There are so many ways of training your body, with new ones coming out constantly, created by ingenious people trying to get a piece of the pie that is the fitness industry. But martial arts and BJJ, in particular, are time-tested ways that offer much more than just fitness. But still, how good of a workout is BJJ?
BJJ is a great workout and can be more than enough for most people. It works the whole body and energy systems, improving cardio, strength, flexibility, and mobility. It will help you get in shape and burn fat while you learn physical and mental skills applicable to real life.
But let’s leave all the other things aside for now and focus on exactly how good BJJ is as a workout and how training on the mats will affect your fitness level.
BJJ is an excellent full-body workout involving all energy systems in the body and all muscles. The beauty of martial arts is that they aren’t just a way to get fit but offer much more in teaching discipline, practical combat skills, values, and so much more.
Even in the pure fitness sense, Brazilian jiu-jitsu offers more benefits than many other sports solely for health benefits. What makes BJJ so good of a workout is the sheer variety of movements and demands on the body, which develop many qualities.
As much as the term functional training is frowned upon by some professionals, it is an excellent way to describe movements and methods of creating resistance that resembles or mimics real movements you do in sports or day-to-day tasks.
In every typical BJJ class, you will crawl, roll, push, pull, bridge, kneel, and tug, challenging your body and nervous system to adapt to all kinds of movements.
What Does BJJ Do To Your Body
Injuries are inevitable once you start rolling (I am yet to see a person practicing ANY sport for a significant period who hasn’t been injured).
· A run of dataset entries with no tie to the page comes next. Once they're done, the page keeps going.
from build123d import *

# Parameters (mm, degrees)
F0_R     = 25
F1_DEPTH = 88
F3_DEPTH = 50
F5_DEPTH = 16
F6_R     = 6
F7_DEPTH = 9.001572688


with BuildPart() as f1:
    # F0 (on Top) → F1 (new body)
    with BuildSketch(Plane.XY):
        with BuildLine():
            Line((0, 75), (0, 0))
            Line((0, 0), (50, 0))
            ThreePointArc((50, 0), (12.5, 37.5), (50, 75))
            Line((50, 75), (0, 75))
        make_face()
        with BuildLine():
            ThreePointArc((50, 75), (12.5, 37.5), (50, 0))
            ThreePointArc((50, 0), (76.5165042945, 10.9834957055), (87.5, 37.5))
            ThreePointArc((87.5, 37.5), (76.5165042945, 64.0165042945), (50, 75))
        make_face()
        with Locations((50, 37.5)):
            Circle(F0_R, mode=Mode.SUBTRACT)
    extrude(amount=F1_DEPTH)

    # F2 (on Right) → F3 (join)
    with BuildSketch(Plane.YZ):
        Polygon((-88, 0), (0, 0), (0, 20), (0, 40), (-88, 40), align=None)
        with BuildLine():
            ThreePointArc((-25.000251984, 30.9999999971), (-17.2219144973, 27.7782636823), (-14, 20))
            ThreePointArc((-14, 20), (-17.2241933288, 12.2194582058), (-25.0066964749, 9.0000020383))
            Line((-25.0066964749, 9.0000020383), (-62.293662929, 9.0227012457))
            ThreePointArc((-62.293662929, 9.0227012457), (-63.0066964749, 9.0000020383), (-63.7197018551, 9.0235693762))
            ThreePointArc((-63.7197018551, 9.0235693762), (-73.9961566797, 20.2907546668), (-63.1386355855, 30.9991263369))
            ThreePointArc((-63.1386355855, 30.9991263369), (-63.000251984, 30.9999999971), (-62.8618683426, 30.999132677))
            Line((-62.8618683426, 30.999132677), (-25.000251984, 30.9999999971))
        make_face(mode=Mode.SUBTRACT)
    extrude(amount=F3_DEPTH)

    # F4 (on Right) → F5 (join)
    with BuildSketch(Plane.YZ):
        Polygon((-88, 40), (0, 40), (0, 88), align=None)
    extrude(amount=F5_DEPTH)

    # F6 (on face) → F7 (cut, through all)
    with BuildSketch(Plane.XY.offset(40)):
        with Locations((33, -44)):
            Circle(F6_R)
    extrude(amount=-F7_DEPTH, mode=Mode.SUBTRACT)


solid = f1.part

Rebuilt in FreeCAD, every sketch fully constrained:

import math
import FreeCAD as App
import Part
import Sketcher
Q = App.Units.Quantity


def add_polygon(sketch, points):
    """Adds a closed chain of lines whose ends are joined by coincident constraints."""
    first, n = sketch.GeometryCount, len(points)
    for a, b in zip(points, points[1:] + points[:1]):
        sketch.addGeometry(Part.LineSegment(App.Vector(*a, 0), App.Vector(*b, 0)), False)
    for i in range(n):
        sketch.addConstraint(Sketcher.Constraint("Coincident", first + i, 2, first + (i + 1) % n, 1))

doc = App.newDocument("Part")
params = doc.addObject("Spreadsheet::Sheet", "Params")
for row, (alias, value) in enumerate([
    ("sketch1_diameter", "50 mm"),
    ("sketch1_radius", "37.5 mm"),
    ("sketch1_width", "50 mm"),
    ("pad1_length", "88 mm"),
    ("sketch2_radius", "11 mm"),
    ("sketch2_width", "88 mm"),
    ("sketch2_height", "40 mm"),
    ("pad2_length", "50 mm"),
    ("sketch3_width", "88 mm"),
    ("sketch3_height", "48 mm"),
    ("pad3_length", "16 mm"),
    ("sketch4_diameter", "12 mm"),
    ("pocket1_length", "9.001573 mm"),
], start=1):
    params.set(f"A{row}", alias)
    params.set(f"B{row}", "=" + value)
    params.setAlias(f"B{row}", alias)

body = doc.addObject("PartDesign::Body", "Body")

# Sketch on XY plane
sketch1 = body.newObject("Sketcher::SketchObject", "Sketch")
sketch1.AttachmentSupport = (doc.getObject("XY_Plane"), [""])
sketch1.MapMode = "FlatFace"
sketch1.addGeometry(Part.LineSegment(App.Vector(0, 75, 0), App.Vector(0, 0, 0)), False)
sketch1.addGeometry(Part.LineSegment(App.Vector(0, 0, 0), App.Vector(50, 0, 0)), False)
sketch1.addGeometry(Part.ArcOfCircle(Part.Circle(App.Vector(50, 38, 0), App.Vector(0, 0, 1), 38), math.radians(-90), math.radians(90)), False)
sketch1.addGeometry(Part.LineSegment(App.Vector(50, 75, 0), App.Vector(0, 75, 0)), False)
sketch1.addGeometry(Part.Circle(App.Vector(50, 38, 0), App.Vector(0, 0, 1), 25), False)
sketch1.addConstraint(Sketcher.Constraint("Coincident", 0, 2, 1, 1))
sketch1.addConstraint(Sketcher.Constraint("Tangent", 1, 2, 2, 1))
sketch1.addConstraint(Sketcher.Constraint("Tangent", 2, 2, 3, 1))
sketch1.addConstraint(Sketcher.Constraint("Coincident", 3, 2, 0, 1))
sketch1.addConstraint(Sketcher.Constraint("Vertical", 0))
sketch1.addConstraint(Sketcher.Constraint("Horizontal", 1))
sketch1.addConstraint(Sketcher.Constraint("Horizontal", 3))
sketch1.addConstraint(Sketcher.Constraint("Coincident", 0, 2, -1, 1))
sketch1.addConstraint(Sketcher.Constraint("Coincident", 4, 3, 2, 3))
sketch1.addConstraint(Sketcher.Constraint("Diameter", 4, Q("50 mm")))
sketch1.addConstraint(Sketcher.Constraint("Radius", 2, Q("37.5 mm")))
sketch1.addConstraint(Sketcher.Constraint("DistanceX", 1, 1, 1, 2, Q("50 mm")))
sketch1.setExpression("Constraints[9]", "Params.sketch1_diameter")
sketch1.setExpression("Constraints[10]", "Params.sketch1_radius")
sketch1.setExpression("Constraints[11]", "Params.sketch1_width")
pad1 = body.newObject("PartDesign::Pad", "Pad")
pad1.Profile = sketch1
pad1.setExpression("Length", "Params.pad1_length")

# Sketch on YZ plane
sketch2 = body.newObject("Sketcher::SketchObject", "Sketch001")
sketch2.AttachmentSupport = (doc.getObject("YZ_Plane"), [""])
sketch2.MapMode = "FlatFace"
add_polygon(sketch2, [(-88, 0), (0, 0), (0, 40), (-88, 40)])  # lines 0-3
sketch2.addGeometry(Part.LineSegment(App.Vector(-62.86, 31, 0), App.Vector(-25, 31, 0)), False)  # 4
sketch2.addGeometry(Part.ArcOfCircle(Part.Circle(App.Vector(-25, 20, 0), App.Vector(0, 0, 1), 11), math.radians(0), math.radians(90)), False)  # 5
sketch2.addGeometry(Part.ArcOfCircle(Part.Circle(App.Vector(-25, 20, 0), App.Vector(0, 0, 1), 11), math.radians(-90), math.radians(0)), False)  # 6
sketch2.addGeometry(Part.LineSegment(App.Vector(-25.01, 9, 0), App.Vector(-62.29, 9.02, 0)), False)  # 7
sketch2.addGeometry(Part.ArcOfCircle(Part.Circle(App.Vector(-63, 20, 0), App.Vector(0, 0, 1), 11), math.radians(-93.75), math.radians(-86.32)), False)  # 8
sketch2.addGeometry(Part.ArcOfCircle(Part.Circle(App.Vector(-63, 20, 0), App.Vector(0, 0, 1), 11), math.radians(91), math.radians(266)), False)  # 9
sketch2.addGeometry(Part.ArcOfCircle(Part.Circle(App.Vector(-63, 20, 0), App.Vector(0, 0, 1), 11), math.radians(89.28), math.radians(90.72)), False)  # 10
sketch2.addConstraint(Sketcher.Constraint("Tangent", 4, 2, 5, 2))
sketch2.addConstraint(Sketcher.Constraint("Tangent", 5, 1, 6, 2))
sketch2.addConstraint(Sketcher.Constraint("Tangent", 6, 1, 7, 1))
sketch2.addConstraint(Sketcher.Constraint("Coincident", 7, 2, 8, 2))
sketch2.addConstraint(Sketcher.Constraint("Tangent", 8, 1, 9, 2))
sketch2.addConstraint(Sketcher.Constraint("Tangent", 9, 1, 10, 2))
sketch2.addConstraint(Sketcher.Constraint("Coincident", 10, 1, 4, 1))
sketch2.addConstraint(Sketcher.Constraint("Horizontal", 0))
sketch2.addConstraint(Sketcher.Constraint("Vertical", 1))
sketch2.addConstraint(Sketcher.Constraint("Horizontal", 2))
sketch2.addConstraint(Sketcher.Constraint("Vertical", 3))
sketch2.addConstraint(Sketcher.Constraint("Coincident", 0, 2, -1, 1))
sketch2.addConstraint(Sketcher.Constraint("Coincident", 10, 3, 8, 3))
sketch2.addConstraint(Sketcher.Constraint("Equal", 5, 6))
sketch2.addConstraint(Sketcher.Constraint("Equal", 6, 8))
sketch2.addConstraint(Sketcher.Constraint("Horizontal", 6, 3, 8, 3))
sketch2.addConstraint(Sketcher.Constraint("Horizontal", 10, 3, 5, 1))
sketch2.addConstraint(Sketcher.Constraint("Radius", 5, Q("11 mm")))
sketch2.addConstraint(Sketcher.Constraint("DistanceX", 0, 1, 0, 2, Q("88 mm")))
sketch2.addConstraint(Sketcher.Constraint("DistanceY", 1, 1, 1, 2, Q("40 mm")))
sketch2.addConstraint(Sketcher.Constraint("DistanceX", 5, 3, -1, 1, Q("25 mm")))
sketch2.addConstraint(Sketcher.Constraint("DistanceY", -1, 1, 5, 3, Q("20 mm")))
sketch2.addConstraint(Sketcher.Constraint("DistanceX", 8, 3, -1, 1, Q("63 mm")))
sketch2.addConstraint(Sketcher.Constraint("DistanceY", -1, 1, 7, 2, Q("9.022701 mm")))
sketch2.addConstraint(Sketcher.Constraint("DistanceX", 8, 1, -1, 1, Q("63.719702 mm")))
sketch2.addConstraint(Sketcher.Constraint("DistanceX", 4, 2, -1, 1, Q("25.000252 mm")))
sketch2.addConstraint(Sketcher.Constraint("DistanceX", 9, 1, -1, 1, Q("63.138636 mm")))
sketch2.setExpression("Constraints[21]", "Params.sketch2_radius")
sketch2.setExpression("Constraints[22]", "Params.sketch2_width")
sketch2.setExpression("Constraints[23]", "Params.sketch2_height")
pad2 = body.newObject("PartDesign::Pad", "Pad001")
pad2.Profile = sketch2
pad2.setExpression("Length", "Params.pad2_length")

# Sketch on YZ plane
sketch3 = body.newObject("Sketcher::SketchObject", "Sketch002")
sketch3.AttachmentSupport = (doc.getObject("YZ_Plane"), [""])
sketch3.MapMode = "FlatFace"
add_polygon(sketch3, [(-88, 40), (0, 40), (0, 88)])  # lines 0-2
sketch3.addConstraint(Sketcher.Constraint("Horizontal", 0))
sketch3.addConstraint(Sketcher.Constraint("Vertical", 1))
sketch3.addConstraint(Sketcher.Constraint("PointOnObject", 0, 2, -2))
sketch3.addConstraint(Sketcher.Constraint("DistanceX", 0, 1, 0, 2, Q("88 mm")))
sketch3.addConstraint(Sketcher.Constraint("DistanceY", 1, 1, 1, 2, Q("48 mm")))
sketch3.addConstraint(Sketcher.Constraint("DistanceY", -1, 1, 0, 2, Q("40 mm")))
sketch3.setExpression("Constraints[6]", "Params.sketch3_width")
sketch3.setExpression("Constraints[7]", "Params.sketch3_height")
pad3 = body.newObject("PartDesign::Pad", "Pad002")
pad3.Profile = sketch3
pad3.setExpression("Length", "Params.pad3_length")

# Sketch on XY plane
sketch4 = body.newObject("Sketcher::SketchObject", "Sketch003")
sketch4.AttachmentSupport = (doc.getObject("XY_Plane"), [""])
sketch4.MapMode = "FlatFace"
sketch4.AttachmentOffset = App.Placement(App.Vector(0, 0, 40), App.Rotation())
sketch4.addGeometry(Part.Circle(App.Vector(33, -44, 0), App.Vector(0, 0, 1), 6), False)
sketch4.addConstraint(Sketcher.Constraint("Diameter", 0, Q("12 mm")))
sketch4.addConstraint(Sketcher.Constraint("DistanceX", -1, 1, 0, 3, Q("33 mm")))
sketch4.addConstraint(Sketcher.Constraint("DistanceY", 0, 3, -1, 1, Q("44 mm")))
sketch4.setExpression("Constraints[0]", "Params.sketch4_diameter")
pocket1 = body.newObject("PartDesign::Pocket", "Pocket")
pocket1.Profile = sketch4
pocket1.setExpression("Length", "Params.pocket1_length")

doc.recompute()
Still, the benefits outweigh the negatives by a thousand to one in my eyes.
BJJ gives you a treasure trove of qualities and skills that cross over into all aspects of life, but here we will look at the purely physical benefits. The additional “hidden” benefit to the fitness gains is how interesting and engaging it is to train BJJ.
I also cross-train and do a lot of other activities. Still, nothing is as engaging as martial arts, and doing something you love often means you will continue doing it instead of doing something just because you know you have to.
Working for 90 minutes, including various warm-ups, stretches, drills, and sparring, will get your heart working at various rates. At least half the time is usually spent in “cardio” territory, meaning a relatively low and steady heart rate, which will improve your cardiovascular condition and overall health.
Moving at a much higher pace and level of exertion while rolling will raise your heart rate near the maximum, improve all energy systems, and increase lung capacity and recovery times.
Flexibility and Mobility
Being supple, mobile, and coordinated will help you move and feel better and aid in longevity. Techniques involved in BJJ will move your body in all kinds of directions and planes, improving flexibility and mobility.
And because flexibility and mobility are essential in jiu-jitsu, nearly all classes have some form of stretching and mobility exercise incorporated into the training regimen.
Strength and Endurance
BJJ training will not get you big muscles but will steadily and surely strengthen many muscles. You will see the most significant gains in the forearms and grip strength from the constant gripping and pulling. Even without a single grip strength exercise, your hands will become like pliers in time.
The arms and torso also see a lot of work in BJJ. Attempting chokes, maintaining a position, pummeling, and escaping bad positions like mount all require strength which is gradually developed by practicing the moves.
The sheer variety of drills, exercises, and live sparring in each BJJ session makes it a great full-body workout. While you may need to supplement it with other forms of resistance training if you want the optimal result for both visuals and performance, BJJ is a fantastic way to get in shape and enough of a workout for many people.
Can You Lose Weight With BJJ
Not only can you, but you will lose weight with BJJ if your diet is good. The formula for losing weight is simple: burn more calories than you consume. The intake part of the equations is a profound topic on its own, but BJJ will surely help you with the burning.
People have different caloric variables determined by weight, sex, and age. Then each person may burn a different number of calories per session depending on how intensely he is training or how hot and humid the conditions are.
The average person burns around 500–700 calories per training session, but this may not be what you will burn. Male grapplers are heavier and burn more calories, while women usually burn fewer. Calculating exactly how many calories you burn is nearly impossible, but be sure that if your eating is relatively on point, you will lose weight with BJJ.
Is BJJ Strength or Cardio?
BJJ is cardio and strength training. The muscles in the whole body are under a lot of stress and tension, meaning it develops strength, and it is a form of strength training especially for the needs of the sport. After all, strength training is not only lifting weights.
We’ve already touched on the cardio element of BJJ. Staying at elevated heart rates for nearly 90 minutes and going into different intensities ticks all the boxes for cardio training, so you can expect growth in all physical aspects just by drilling and sparring.
BJJ is a great way to get in shape. Physical exercises, stretching, technical drills, and live sparring are all part of BJJ training and will develop excellent physical attributes. Couple it with a solid diet and a complementary strength training program, and you will be ready for everything on and off the mats.